Even in my dotage, I did get something right! It's a Red Star Pasteur Champagne yeast - which I understand has a pretty high alcohol tolerance.

I did keep the initial gallon aside, as I recall making our own "smoothies" before anyone ever thought up the name with a blender, a couple of ripe bananas and pineapple juice.

I also used all the immense "knowledge" I had obtained to start a five gallon batch in which I lowered the added sugar to a O.G. of 1.17. I haven't tasted it yet, but even that gives a fairly healthy ABV calculation of about 15% if my math isn't failing me.

Never tried blue agave? No cactus juice for you? lol... nothing mellower than Jose Cuervo 1800 Gold on the back of your throat. Honestly, if I could find an alcohol free recipe that would give me that taste, I'd be quite happy. I'd also actually drink the stuff from time to time, instead of wistfully thinking about how much I'd *like* to taste the stuff again.


----------



## VineRipe

So sorry, Allie. 

I was typing in the dark again. The original post should have read "beginning SG of 1.133" and NOT 1.333. I guess my "elderly" state got me again.


----------



## arcticsid

Not trying to hijack your original thought in here, but I am willing to bet there is a beer recipe out there that uses bananas, that may be interesting.

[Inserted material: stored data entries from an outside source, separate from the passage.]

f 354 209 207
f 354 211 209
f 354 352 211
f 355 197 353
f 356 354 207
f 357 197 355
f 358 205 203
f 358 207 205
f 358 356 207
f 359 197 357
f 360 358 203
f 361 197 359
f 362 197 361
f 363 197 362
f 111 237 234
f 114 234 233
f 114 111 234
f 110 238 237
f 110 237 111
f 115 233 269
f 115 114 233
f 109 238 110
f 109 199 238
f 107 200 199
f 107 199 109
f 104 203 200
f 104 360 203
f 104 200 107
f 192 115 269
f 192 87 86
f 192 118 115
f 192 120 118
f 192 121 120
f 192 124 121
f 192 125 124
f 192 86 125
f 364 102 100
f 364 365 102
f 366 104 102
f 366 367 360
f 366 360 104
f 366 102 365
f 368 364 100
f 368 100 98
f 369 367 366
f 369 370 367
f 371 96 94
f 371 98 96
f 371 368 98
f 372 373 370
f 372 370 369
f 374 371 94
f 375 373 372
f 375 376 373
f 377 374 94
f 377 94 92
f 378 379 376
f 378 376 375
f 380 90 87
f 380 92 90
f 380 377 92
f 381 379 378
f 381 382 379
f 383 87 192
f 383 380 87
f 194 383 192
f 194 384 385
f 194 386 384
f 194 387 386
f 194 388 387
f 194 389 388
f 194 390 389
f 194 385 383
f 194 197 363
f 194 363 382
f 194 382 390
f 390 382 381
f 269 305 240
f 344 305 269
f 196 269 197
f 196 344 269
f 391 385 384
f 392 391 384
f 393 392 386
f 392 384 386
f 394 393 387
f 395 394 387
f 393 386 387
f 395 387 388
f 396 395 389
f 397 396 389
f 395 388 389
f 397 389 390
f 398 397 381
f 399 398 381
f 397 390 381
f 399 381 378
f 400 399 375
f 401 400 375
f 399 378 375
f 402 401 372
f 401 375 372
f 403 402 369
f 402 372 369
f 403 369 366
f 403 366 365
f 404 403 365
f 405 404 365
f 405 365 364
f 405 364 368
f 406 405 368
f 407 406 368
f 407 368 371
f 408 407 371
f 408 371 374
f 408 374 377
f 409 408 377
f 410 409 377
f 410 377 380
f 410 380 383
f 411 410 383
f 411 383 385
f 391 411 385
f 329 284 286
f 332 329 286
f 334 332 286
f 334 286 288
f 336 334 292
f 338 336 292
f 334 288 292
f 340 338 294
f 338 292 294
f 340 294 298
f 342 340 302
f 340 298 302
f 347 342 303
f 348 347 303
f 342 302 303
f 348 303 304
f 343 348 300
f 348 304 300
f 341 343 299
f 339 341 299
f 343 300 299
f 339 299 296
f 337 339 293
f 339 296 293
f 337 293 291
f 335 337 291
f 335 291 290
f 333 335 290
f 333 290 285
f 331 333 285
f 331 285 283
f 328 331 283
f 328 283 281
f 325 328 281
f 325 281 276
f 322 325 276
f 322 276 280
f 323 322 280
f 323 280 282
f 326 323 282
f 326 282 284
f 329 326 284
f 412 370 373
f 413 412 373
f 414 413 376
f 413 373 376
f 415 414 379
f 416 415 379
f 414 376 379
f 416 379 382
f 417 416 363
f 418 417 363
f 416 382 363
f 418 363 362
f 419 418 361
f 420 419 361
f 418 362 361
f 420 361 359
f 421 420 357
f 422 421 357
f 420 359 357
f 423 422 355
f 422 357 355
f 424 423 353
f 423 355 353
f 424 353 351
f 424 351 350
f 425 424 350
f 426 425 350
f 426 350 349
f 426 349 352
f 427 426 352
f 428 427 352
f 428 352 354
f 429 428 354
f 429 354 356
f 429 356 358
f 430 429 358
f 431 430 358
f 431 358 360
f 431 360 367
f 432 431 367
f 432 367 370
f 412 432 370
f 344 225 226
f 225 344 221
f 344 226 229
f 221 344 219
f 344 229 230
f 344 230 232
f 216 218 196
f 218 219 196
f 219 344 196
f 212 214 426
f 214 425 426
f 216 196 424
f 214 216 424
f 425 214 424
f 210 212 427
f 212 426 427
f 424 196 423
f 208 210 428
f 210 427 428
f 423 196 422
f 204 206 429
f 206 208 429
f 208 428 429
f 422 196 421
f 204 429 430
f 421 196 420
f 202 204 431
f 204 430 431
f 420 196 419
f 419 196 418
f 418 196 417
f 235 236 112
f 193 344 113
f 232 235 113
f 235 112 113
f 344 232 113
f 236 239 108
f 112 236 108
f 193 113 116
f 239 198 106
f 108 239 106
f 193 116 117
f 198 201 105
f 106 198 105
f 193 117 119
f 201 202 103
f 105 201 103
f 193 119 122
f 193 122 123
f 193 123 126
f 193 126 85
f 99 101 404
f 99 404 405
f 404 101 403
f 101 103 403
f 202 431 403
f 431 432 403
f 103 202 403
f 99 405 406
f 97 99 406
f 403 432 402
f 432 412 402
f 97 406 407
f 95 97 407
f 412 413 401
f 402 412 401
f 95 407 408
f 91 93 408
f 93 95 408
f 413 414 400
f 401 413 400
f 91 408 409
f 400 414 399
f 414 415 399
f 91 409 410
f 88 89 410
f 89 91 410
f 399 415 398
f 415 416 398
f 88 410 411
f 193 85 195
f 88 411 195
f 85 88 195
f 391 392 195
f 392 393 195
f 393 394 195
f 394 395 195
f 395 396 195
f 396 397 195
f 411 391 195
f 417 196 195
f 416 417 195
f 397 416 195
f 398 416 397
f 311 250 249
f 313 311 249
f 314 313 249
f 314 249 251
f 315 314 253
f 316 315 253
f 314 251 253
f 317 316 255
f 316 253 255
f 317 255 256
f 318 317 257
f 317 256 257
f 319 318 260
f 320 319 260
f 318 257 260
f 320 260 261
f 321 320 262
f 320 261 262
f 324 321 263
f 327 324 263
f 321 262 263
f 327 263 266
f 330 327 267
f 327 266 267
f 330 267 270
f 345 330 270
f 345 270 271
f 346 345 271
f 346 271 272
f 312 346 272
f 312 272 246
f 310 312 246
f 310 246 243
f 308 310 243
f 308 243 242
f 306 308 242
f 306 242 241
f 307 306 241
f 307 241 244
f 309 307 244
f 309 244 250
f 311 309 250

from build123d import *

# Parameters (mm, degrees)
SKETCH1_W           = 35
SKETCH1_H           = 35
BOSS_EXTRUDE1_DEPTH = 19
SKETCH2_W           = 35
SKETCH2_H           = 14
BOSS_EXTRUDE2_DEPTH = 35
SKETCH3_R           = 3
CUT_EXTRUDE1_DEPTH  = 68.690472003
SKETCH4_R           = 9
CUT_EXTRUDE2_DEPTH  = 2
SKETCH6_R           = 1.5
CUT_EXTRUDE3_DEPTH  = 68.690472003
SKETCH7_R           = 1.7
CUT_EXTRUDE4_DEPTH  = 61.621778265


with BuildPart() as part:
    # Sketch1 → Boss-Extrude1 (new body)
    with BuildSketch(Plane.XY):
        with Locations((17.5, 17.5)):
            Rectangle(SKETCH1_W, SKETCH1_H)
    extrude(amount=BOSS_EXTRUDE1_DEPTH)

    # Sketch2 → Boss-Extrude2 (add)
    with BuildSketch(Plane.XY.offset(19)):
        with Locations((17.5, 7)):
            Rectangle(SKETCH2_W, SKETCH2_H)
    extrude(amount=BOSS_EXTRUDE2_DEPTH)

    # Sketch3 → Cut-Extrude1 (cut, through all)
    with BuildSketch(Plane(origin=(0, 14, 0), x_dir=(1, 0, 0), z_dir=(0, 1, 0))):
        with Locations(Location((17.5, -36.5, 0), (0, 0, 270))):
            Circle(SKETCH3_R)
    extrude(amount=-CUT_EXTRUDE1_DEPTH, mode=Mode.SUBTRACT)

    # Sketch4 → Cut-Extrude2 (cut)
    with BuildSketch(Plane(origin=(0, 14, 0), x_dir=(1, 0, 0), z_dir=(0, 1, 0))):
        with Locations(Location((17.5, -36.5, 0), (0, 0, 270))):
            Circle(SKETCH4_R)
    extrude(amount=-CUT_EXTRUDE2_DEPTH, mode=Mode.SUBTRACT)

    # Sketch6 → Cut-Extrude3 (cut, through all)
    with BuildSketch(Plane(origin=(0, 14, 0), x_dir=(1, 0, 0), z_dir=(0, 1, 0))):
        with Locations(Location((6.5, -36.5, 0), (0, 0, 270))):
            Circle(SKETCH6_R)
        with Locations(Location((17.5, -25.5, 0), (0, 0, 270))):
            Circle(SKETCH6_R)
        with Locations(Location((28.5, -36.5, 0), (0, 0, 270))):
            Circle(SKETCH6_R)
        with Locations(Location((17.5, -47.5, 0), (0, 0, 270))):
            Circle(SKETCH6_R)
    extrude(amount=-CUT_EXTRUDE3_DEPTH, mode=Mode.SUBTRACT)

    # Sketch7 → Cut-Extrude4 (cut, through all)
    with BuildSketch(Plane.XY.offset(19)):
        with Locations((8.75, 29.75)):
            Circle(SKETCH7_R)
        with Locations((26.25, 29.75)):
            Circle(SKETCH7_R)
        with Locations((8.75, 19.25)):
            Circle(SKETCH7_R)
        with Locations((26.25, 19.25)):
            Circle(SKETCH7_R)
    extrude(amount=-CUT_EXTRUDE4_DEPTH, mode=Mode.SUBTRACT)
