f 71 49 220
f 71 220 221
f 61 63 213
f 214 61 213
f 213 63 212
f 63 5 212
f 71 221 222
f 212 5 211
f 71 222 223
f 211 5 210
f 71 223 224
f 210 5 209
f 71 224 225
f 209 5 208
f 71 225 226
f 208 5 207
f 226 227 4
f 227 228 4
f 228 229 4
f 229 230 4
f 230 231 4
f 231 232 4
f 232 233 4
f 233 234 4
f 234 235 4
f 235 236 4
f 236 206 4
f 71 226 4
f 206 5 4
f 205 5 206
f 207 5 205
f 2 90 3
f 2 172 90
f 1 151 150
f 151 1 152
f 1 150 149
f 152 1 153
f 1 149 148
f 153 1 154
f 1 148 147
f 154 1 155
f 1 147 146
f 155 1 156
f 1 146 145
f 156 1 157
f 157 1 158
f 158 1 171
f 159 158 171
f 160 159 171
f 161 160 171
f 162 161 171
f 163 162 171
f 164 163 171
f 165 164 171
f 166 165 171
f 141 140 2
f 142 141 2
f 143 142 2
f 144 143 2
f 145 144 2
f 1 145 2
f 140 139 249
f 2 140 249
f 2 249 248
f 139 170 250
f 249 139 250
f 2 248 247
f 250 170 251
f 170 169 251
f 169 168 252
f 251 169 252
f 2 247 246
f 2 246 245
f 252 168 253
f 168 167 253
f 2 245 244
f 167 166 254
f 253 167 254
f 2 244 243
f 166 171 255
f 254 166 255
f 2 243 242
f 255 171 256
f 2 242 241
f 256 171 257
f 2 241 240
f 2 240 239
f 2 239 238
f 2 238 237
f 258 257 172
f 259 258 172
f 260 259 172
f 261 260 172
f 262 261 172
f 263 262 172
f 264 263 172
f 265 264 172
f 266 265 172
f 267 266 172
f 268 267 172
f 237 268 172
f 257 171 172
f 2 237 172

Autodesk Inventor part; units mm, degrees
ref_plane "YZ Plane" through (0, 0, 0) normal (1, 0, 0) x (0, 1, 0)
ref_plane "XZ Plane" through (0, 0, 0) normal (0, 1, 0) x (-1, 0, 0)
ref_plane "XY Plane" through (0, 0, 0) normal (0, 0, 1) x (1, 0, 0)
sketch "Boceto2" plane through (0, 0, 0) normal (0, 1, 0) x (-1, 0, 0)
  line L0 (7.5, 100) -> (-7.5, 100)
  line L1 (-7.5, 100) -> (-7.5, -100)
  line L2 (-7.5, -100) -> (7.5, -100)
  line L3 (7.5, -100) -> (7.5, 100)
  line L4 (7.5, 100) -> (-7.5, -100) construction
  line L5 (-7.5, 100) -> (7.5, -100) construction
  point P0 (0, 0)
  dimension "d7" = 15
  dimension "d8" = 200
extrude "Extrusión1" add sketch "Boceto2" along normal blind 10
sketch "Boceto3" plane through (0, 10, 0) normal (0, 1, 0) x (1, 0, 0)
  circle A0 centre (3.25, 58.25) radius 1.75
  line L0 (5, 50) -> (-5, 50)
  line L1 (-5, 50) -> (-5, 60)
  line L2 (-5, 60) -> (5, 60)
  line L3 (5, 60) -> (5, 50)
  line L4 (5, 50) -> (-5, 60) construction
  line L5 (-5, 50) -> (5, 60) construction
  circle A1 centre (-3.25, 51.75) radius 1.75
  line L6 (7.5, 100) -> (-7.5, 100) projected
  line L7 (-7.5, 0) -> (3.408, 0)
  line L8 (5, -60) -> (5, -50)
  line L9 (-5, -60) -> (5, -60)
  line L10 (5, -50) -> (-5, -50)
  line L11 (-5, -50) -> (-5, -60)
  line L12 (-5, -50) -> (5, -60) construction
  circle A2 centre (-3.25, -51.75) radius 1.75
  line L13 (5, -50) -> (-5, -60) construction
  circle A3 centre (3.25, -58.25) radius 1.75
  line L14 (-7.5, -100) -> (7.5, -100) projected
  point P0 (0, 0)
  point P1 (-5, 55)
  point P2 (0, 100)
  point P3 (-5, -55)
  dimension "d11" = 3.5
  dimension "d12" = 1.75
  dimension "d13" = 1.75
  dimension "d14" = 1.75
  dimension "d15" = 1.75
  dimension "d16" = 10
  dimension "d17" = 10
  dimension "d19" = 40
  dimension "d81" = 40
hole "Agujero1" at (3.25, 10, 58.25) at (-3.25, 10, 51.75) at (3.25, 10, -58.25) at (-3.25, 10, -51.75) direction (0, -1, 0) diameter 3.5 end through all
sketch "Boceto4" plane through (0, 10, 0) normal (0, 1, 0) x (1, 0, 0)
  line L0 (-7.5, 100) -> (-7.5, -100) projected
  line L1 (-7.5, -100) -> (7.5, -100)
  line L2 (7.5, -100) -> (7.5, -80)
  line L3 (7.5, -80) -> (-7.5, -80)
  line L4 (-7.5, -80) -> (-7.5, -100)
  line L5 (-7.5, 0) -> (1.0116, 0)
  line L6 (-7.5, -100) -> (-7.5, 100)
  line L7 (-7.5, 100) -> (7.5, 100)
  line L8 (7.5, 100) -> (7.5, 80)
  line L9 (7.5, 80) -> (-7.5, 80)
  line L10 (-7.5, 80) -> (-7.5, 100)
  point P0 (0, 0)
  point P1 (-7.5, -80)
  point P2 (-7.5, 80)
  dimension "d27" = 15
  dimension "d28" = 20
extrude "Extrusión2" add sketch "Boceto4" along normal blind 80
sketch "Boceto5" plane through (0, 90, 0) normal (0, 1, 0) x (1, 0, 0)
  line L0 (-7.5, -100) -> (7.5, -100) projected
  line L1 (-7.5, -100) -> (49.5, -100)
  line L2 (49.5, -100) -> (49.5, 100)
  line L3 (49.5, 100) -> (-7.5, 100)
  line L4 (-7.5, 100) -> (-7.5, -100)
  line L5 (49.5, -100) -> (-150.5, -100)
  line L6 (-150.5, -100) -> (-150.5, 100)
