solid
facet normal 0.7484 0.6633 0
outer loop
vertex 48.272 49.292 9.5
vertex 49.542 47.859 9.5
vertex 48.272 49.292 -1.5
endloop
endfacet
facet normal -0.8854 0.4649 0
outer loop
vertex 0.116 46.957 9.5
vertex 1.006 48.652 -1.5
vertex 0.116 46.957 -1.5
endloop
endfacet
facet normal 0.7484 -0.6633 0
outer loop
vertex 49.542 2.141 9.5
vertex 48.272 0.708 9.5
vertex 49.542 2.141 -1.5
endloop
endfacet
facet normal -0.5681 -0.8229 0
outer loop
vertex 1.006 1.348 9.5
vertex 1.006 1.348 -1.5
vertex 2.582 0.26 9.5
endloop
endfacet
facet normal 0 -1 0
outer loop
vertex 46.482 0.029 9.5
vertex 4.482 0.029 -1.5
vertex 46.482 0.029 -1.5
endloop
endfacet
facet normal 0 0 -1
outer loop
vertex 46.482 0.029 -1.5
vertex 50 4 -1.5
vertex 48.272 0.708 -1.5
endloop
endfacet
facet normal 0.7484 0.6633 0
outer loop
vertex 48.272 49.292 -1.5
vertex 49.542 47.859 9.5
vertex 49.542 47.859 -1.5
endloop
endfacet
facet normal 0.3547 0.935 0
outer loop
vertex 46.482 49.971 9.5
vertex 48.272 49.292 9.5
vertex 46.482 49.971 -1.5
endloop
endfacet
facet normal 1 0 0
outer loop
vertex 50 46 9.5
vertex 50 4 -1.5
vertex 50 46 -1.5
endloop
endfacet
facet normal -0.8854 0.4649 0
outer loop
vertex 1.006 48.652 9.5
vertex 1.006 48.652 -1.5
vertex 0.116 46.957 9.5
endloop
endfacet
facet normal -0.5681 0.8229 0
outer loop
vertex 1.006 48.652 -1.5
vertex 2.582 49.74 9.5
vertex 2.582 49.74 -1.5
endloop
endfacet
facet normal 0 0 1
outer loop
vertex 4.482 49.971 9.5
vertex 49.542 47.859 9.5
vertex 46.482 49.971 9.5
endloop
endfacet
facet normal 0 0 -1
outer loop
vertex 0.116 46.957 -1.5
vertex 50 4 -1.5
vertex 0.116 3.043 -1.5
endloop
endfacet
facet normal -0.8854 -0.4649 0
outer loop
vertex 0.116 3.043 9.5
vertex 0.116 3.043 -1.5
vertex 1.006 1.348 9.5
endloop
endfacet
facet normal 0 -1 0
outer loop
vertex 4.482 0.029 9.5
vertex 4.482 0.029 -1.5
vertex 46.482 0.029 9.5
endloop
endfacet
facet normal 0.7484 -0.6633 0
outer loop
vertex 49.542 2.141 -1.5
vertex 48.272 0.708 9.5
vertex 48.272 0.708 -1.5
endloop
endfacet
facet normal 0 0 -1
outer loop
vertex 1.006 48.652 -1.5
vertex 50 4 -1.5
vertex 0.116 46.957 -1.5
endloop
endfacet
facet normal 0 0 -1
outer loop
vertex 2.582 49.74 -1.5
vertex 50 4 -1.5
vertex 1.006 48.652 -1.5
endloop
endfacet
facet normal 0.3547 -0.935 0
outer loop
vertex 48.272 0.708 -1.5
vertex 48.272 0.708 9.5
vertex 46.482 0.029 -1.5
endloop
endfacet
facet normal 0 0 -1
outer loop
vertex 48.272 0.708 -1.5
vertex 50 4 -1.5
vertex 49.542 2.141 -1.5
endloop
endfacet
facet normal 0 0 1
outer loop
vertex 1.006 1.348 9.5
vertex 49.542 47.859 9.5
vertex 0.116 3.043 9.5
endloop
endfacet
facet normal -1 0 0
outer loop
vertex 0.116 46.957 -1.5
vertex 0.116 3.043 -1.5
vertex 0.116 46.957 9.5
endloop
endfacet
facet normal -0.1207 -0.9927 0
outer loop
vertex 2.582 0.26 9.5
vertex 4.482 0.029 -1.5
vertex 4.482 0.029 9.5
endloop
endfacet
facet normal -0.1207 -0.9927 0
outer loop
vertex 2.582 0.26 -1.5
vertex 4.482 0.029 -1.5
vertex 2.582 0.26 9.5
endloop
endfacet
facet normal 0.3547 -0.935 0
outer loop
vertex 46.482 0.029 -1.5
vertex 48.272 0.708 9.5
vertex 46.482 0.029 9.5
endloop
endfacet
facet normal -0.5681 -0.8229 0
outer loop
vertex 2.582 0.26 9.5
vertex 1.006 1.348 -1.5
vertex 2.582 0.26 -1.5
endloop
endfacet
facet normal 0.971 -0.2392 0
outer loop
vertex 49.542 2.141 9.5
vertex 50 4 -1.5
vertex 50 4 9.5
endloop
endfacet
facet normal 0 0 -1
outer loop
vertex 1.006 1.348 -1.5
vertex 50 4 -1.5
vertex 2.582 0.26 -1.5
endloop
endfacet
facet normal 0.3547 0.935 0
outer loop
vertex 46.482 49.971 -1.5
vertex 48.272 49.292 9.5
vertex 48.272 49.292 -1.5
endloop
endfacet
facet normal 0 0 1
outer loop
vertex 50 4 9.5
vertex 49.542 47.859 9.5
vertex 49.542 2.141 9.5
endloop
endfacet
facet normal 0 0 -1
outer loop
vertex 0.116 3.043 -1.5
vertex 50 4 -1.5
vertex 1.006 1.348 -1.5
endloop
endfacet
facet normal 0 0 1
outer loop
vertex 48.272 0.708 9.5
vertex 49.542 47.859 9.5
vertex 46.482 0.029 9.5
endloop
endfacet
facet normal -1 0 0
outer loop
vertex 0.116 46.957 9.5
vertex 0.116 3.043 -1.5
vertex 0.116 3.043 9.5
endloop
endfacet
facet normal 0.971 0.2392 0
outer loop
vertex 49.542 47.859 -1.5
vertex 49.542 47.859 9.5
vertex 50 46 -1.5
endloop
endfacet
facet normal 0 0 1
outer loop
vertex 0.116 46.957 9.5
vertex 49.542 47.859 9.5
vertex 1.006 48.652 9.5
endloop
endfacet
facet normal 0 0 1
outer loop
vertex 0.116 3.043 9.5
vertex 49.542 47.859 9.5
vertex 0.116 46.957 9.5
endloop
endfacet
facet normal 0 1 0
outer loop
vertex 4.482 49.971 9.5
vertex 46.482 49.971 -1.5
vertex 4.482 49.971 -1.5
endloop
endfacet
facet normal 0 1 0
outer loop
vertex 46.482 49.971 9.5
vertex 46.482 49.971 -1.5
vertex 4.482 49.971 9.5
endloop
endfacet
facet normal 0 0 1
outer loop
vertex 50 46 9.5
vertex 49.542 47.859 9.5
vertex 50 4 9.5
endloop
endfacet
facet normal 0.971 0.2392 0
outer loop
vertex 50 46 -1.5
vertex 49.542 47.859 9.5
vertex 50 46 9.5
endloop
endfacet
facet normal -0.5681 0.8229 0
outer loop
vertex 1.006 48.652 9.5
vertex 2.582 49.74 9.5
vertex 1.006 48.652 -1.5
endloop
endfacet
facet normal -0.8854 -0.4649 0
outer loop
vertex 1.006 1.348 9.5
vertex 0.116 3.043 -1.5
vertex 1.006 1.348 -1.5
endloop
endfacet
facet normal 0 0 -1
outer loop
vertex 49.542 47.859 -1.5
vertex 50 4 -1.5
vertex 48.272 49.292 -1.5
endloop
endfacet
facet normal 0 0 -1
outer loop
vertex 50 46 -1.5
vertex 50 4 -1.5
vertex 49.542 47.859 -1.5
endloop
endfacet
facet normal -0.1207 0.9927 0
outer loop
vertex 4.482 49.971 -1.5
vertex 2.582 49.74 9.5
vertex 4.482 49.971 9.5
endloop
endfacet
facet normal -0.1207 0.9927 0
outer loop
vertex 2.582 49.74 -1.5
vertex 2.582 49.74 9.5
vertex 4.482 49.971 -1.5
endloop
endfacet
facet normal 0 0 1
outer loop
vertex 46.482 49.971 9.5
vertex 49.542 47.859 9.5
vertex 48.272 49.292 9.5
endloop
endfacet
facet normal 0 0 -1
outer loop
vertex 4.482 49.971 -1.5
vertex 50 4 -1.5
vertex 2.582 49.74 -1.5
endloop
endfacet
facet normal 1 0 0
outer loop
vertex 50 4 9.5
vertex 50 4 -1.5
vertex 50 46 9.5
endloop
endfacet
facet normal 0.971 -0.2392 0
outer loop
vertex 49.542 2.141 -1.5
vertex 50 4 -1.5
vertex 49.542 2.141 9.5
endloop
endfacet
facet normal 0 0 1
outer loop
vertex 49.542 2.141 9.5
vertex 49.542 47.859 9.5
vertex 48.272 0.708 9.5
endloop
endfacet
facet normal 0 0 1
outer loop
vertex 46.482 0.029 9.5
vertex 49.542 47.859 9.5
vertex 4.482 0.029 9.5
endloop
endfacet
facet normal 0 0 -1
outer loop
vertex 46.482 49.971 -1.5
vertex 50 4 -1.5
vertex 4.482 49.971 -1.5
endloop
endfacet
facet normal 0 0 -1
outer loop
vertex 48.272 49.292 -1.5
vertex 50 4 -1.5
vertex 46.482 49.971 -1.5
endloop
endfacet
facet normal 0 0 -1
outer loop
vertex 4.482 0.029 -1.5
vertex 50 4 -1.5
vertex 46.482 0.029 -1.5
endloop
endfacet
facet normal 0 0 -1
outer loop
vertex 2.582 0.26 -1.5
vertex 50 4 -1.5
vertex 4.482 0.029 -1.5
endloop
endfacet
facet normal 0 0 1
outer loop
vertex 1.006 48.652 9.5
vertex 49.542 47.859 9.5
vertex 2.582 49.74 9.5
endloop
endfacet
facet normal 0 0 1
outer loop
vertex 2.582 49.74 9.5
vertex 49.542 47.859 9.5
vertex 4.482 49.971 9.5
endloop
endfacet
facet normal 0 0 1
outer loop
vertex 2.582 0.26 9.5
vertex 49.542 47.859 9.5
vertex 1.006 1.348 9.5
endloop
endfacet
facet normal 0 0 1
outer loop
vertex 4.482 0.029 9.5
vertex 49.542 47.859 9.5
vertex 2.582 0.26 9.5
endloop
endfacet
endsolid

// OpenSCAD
height = 10;
width = 42;
minky = 4;

minkowski() {
  cylinder(r=minky, center=true);
  translate([
    ((width + minky + minky) / 2),
    ((width + minky + minky) / 2),
    minky 
  ])cube([width, width, height], center=true);
}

I have actually looked at this banana wine idea a few times, and they say it actually makes a great wine. Looking forward to following your progress and see how it all turns out.


----------



## St Allie

heheh I read it as 1.133.. it's still around 20%.. surprised you can taste anything but alcohol.

1.3+ would be even higher!

and no I've never even tried tequila.. the smell puts me off it.

Allie


----------



## VineRipe

I'd be surprised if there wasn't a banana beer recipe out there to be had, sid.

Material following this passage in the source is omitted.